How to multihome a large number of agents in SCOM

Quick download:  https://github.com/thekevinholman/MultiHomeSCOMAgents

 

I have written solutions that include tasks to add and remove management group assignments to SCOM agents before:

https://kevinholman.com/2017/05/09/scom-management-mp-making-a-scom-admins-life-a-little-easier/

 

But, what if you are doing a side by side SCOM migration to a new management group, and you have thousands of agents to move?  There are a lot of challenges with that:

 

1.  Moving them manually with a task would be very time consuming.

2.  Agents that are down or in maintenance mode are not available to multi-home

3.  If you move all the agents at once, you might overwhelm the destination management group, or your local virtualization hosts with the simultaneous activity.

 

I have written a Management Pack called “SCOM.MultiHome” that will manage these issues more gracefully.

 

It contains one (disabled) rule, which will multihome your agents to your intended ManagementGroup and ManagementServer.  This is also override-able so you can specify different management servers initially if you wish:

 

image

 

This rule is special – in how it runs.  It is configured to check once per day (86400 seconds) to see if it needs to multi-home the agent.  If it is already multi-homed, it will do nothing.  If it is not multi-homed to the desired management group, it will add the new management group and management server.

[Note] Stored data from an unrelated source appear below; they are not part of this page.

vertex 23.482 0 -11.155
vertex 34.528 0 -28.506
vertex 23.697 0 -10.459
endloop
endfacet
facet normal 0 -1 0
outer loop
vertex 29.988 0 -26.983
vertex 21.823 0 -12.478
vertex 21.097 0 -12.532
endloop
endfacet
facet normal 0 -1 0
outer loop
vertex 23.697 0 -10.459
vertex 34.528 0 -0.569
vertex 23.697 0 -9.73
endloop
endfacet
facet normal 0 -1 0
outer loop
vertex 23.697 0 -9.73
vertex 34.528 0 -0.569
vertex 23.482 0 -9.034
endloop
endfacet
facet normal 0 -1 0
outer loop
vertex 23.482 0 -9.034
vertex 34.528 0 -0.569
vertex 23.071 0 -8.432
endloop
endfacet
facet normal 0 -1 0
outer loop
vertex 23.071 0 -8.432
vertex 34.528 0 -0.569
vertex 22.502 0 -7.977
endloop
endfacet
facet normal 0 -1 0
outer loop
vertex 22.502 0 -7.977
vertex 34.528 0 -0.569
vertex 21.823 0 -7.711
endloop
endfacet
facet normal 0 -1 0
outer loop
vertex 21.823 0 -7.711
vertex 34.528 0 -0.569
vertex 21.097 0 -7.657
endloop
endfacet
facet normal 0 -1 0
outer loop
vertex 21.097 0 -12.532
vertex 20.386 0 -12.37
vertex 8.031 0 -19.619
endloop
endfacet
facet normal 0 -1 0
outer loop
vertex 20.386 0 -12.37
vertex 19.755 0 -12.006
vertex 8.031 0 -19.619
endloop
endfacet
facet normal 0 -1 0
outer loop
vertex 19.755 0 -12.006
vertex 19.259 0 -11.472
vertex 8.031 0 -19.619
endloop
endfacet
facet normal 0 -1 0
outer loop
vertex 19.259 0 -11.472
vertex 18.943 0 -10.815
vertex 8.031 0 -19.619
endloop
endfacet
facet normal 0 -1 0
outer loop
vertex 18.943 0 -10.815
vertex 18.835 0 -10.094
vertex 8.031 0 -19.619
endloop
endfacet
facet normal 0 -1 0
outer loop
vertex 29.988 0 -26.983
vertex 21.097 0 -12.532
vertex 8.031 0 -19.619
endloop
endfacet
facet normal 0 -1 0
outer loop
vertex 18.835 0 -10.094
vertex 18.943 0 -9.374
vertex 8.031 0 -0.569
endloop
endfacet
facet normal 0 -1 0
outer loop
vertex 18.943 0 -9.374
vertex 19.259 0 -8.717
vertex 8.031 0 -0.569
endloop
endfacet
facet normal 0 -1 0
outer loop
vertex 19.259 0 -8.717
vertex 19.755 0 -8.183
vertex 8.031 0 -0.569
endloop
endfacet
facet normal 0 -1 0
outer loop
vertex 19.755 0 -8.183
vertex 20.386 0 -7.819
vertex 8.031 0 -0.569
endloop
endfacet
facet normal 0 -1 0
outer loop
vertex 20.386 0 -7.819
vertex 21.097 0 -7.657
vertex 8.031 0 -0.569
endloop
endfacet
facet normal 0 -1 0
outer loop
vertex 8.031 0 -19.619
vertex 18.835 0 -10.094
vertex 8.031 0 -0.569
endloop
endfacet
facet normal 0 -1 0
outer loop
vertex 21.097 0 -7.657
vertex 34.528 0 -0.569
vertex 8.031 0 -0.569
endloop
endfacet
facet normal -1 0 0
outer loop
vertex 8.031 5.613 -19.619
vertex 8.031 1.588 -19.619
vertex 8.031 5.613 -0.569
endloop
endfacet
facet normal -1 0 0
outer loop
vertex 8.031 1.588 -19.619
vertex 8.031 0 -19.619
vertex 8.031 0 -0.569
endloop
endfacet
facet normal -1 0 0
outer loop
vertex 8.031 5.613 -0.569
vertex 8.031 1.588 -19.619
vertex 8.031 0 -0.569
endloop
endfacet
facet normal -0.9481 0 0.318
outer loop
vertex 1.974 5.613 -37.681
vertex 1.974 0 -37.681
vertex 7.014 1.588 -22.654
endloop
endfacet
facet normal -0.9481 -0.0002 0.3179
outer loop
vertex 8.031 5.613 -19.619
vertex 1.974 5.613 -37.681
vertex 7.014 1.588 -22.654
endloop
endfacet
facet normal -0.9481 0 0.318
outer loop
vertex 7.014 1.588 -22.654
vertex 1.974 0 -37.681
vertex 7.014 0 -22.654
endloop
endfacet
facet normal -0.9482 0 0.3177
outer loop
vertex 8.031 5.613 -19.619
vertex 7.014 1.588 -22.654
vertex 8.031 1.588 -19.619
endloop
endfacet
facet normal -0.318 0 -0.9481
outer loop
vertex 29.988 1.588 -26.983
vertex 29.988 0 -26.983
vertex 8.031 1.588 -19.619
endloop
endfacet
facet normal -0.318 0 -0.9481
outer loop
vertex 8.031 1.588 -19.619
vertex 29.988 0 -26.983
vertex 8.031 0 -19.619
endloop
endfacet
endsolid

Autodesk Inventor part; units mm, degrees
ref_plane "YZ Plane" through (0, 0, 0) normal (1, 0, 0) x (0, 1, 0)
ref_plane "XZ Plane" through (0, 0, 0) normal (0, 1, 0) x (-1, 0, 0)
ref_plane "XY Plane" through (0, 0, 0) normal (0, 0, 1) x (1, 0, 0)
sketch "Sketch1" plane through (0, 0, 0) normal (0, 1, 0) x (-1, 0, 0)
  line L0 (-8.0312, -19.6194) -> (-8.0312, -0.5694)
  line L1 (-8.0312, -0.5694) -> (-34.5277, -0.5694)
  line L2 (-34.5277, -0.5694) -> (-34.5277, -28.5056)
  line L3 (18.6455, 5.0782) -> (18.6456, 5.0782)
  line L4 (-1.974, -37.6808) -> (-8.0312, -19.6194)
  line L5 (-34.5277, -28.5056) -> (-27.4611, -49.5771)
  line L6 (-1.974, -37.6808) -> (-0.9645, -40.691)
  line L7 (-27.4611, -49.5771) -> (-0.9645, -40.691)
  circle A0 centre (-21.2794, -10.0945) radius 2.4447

But what is most special, is the timing.  Once enabled, it has a special scheduler datasource parameter using SpreadInitializationOverInterval.  This is very powerful:

<DataSource ID="Scheduler" TypeID="System!System.Scheduler"> <Scheduler> <SimpleReccuringSchedule> <Interval Unit="Seconds">86400</Interval> <SpreadInitializationOverInterval Unit="Seconds">86400</SpreadInitializationOverInterval> </SimpleReccuringSchedule> <ExcludeDates /> </Scheduler> </DataSource>

 

What this will do, is run once per day, but the workflow will not initialize immediately.  It will initialize randomly within the time window provided.  In the example above – this is 86400 seconds, or 24 hours.  This means if I enable the above rule for all agents, they will not run it immediately, but randomly pick a time between NOW and 24 hours from now to run the multi-home script.  This keeps us from overwhelming the new environment with hundreds or thousands of agents all at once.  You can even make this window bigger or smaller if you desire by editing the XML here.

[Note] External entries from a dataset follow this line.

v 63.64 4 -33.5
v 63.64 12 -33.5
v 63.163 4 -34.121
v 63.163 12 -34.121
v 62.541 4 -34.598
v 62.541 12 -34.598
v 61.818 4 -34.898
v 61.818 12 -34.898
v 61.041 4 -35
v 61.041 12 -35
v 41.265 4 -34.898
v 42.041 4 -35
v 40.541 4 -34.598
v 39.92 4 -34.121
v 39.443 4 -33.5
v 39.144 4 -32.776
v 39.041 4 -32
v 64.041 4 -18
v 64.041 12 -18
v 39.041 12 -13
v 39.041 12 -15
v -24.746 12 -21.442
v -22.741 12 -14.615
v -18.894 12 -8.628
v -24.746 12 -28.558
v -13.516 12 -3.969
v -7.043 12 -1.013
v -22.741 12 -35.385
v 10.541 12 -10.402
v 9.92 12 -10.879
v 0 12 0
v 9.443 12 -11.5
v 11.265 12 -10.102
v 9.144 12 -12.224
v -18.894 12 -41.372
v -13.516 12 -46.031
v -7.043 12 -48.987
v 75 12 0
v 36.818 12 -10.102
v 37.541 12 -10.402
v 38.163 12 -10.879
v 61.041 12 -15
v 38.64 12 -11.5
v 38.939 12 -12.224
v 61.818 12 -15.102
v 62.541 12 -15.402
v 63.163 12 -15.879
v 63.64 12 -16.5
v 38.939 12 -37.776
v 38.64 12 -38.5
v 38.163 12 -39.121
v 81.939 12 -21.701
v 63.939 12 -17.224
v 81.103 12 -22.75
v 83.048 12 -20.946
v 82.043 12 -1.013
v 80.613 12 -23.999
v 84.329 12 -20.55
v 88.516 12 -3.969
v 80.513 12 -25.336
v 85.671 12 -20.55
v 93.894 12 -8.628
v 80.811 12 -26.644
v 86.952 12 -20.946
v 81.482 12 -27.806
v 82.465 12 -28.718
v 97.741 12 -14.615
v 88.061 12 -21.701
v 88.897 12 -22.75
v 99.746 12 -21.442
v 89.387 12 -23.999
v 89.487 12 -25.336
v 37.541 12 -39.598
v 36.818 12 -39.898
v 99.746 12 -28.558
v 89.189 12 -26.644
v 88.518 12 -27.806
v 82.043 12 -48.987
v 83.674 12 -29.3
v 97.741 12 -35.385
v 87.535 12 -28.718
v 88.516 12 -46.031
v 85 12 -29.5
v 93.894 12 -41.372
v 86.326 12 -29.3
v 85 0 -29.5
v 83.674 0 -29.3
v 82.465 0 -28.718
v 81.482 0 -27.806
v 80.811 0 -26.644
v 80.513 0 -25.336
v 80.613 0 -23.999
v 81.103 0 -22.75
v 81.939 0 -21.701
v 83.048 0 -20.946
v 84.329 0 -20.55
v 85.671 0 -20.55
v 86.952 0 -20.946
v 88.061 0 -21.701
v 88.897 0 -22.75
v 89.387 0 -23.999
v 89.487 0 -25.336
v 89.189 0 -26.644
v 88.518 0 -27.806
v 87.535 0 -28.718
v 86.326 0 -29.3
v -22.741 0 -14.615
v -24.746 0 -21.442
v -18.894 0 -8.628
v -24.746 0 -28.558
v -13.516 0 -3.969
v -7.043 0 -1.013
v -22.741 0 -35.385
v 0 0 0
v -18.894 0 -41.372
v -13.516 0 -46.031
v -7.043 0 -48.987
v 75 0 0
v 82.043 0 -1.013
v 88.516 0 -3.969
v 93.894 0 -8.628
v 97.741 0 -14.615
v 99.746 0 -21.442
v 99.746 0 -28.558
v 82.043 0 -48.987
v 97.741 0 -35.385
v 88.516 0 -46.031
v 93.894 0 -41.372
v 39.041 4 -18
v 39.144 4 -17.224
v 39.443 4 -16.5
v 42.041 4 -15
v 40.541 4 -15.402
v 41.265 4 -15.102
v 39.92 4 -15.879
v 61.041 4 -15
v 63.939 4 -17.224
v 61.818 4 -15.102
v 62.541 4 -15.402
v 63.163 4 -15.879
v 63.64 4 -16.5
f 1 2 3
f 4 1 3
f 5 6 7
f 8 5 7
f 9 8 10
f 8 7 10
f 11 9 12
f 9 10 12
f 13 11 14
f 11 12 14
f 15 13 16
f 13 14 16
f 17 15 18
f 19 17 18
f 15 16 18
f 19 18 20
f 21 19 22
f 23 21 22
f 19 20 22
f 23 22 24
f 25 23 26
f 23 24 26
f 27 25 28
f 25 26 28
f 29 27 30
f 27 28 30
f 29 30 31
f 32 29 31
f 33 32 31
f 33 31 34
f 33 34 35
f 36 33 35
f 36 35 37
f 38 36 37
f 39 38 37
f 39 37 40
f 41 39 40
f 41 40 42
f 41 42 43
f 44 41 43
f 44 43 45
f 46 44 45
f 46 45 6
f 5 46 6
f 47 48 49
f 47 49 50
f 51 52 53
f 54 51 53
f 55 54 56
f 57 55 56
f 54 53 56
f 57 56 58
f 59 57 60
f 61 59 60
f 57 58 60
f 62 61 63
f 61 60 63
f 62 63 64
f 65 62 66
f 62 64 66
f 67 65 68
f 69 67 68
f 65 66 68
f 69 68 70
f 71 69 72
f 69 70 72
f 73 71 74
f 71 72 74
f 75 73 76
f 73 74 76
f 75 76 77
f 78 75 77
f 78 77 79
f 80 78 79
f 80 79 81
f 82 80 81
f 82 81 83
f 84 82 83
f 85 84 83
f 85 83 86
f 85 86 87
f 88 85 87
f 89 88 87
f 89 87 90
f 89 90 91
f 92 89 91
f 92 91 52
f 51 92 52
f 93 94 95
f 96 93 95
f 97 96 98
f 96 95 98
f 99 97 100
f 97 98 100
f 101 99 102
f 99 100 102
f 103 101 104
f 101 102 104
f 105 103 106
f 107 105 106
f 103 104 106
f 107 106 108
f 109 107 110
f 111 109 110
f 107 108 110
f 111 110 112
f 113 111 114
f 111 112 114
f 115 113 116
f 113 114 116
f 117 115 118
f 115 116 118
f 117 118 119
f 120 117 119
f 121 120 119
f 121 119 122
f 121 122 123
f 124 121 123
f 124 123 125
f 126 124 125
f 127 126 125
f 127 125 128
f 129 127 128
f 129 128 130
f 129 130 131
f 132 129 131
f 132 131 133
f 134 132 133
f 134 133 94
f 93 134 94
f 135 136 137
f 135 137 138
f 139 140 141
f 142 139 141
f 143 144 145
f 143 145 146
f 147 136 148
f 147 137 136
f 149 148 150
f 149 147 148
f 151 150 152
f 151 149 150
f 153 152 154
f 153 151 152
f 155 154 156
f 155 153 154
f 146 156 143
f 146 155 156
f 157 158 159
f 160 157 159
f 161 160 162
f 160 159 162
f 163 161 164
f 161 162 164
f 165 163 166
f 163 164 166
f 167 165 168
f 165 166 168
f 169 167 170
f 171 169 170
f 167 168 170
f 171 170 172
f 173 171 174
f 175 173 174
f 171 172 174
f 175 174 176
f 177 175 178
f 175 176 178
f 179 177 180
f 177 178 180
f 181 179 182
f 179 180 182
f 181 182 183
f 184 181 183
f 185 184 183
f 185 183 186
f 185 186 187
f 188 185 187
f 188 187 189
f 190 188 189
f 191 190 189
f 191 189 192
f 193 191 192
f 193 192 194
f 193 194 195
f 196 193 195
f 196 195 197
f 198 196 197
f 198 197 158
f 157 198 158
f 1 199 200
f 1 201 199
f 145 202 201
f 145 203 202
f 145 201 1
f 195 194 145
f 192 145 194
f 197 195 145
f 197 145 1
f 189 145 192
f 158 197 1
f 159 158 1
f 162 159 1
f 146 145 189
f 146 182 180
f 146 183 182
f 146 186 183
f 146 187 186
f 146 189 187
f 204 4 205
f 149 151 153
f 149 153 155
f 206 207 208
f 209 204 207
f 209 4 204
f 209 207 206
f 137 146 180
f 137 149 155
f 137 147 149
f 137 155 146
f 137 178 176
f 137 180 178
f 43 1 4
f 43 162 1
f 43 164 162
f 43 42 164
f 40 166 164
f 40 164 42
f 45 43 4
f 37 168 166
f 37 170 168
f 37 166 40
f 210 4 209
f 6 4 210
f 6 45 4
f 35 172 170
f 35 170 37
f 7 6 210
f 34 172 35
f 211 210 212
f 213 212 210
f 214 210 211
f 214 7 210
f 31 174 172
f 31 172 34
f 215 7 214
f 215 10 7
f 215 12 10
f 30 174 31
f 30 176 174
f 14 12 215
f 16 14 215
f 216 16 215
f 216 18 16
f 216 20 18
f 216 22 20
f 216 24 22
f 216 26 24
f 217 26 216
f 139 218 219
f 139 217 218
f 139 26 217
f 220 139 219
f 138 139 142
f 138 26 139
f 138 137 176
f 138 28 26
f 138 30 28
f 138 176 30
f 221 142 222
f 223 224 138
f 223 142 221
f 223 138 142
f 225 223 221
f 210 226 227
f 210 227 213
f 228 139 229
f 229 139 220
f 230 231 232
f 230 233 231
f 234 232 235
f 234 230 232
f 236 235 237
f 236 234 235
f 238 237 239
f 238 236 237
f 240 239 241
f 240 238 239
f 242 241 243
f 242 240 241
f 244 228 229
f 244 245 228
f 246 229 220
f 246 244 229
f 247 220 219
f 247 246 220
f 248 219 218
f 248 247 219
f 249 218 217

It is literally THAT simple.

 

Now – some caveats:

This solution works really well for UP TO 3000 agents.  Since we only support 3000 agents per management server this simple solution will send all agents to the SAME management server.  You might want to change this.  You can override and enable this solution for specific custom groups, or you can use my more advance MP which has some customized groups in it.  More on that below:

 

 

In the additional management pack (SCOM.Advanced.MultiHome) – there are custom groups included.

This MP contains 8 Groups.

 

image

Let’s say you have a management group with 4000 agents.  If you multi-homed all of these to a new management group at once, it would overwhelm the new management group and take a very long time to catch up.  You will see terrible SQL blocking on your OpsMgr database and 2115 events about binding on discovery data while this happens.

The idea is to break up your agents into smaller groups, then override the multi-home rule using these groups in a phased approach.  You can start with 500 agents over a 4 hour period, and see how that works and how long it takes to catch up.  Then add more and more groups until all agents are multi-homed.

These groups will self-populate, dividing up the number of agents you have per group.  They query the SCOM database and use an integer to do this.  By default each group contains 500 agents, but you will need to adjust this for your total agent count.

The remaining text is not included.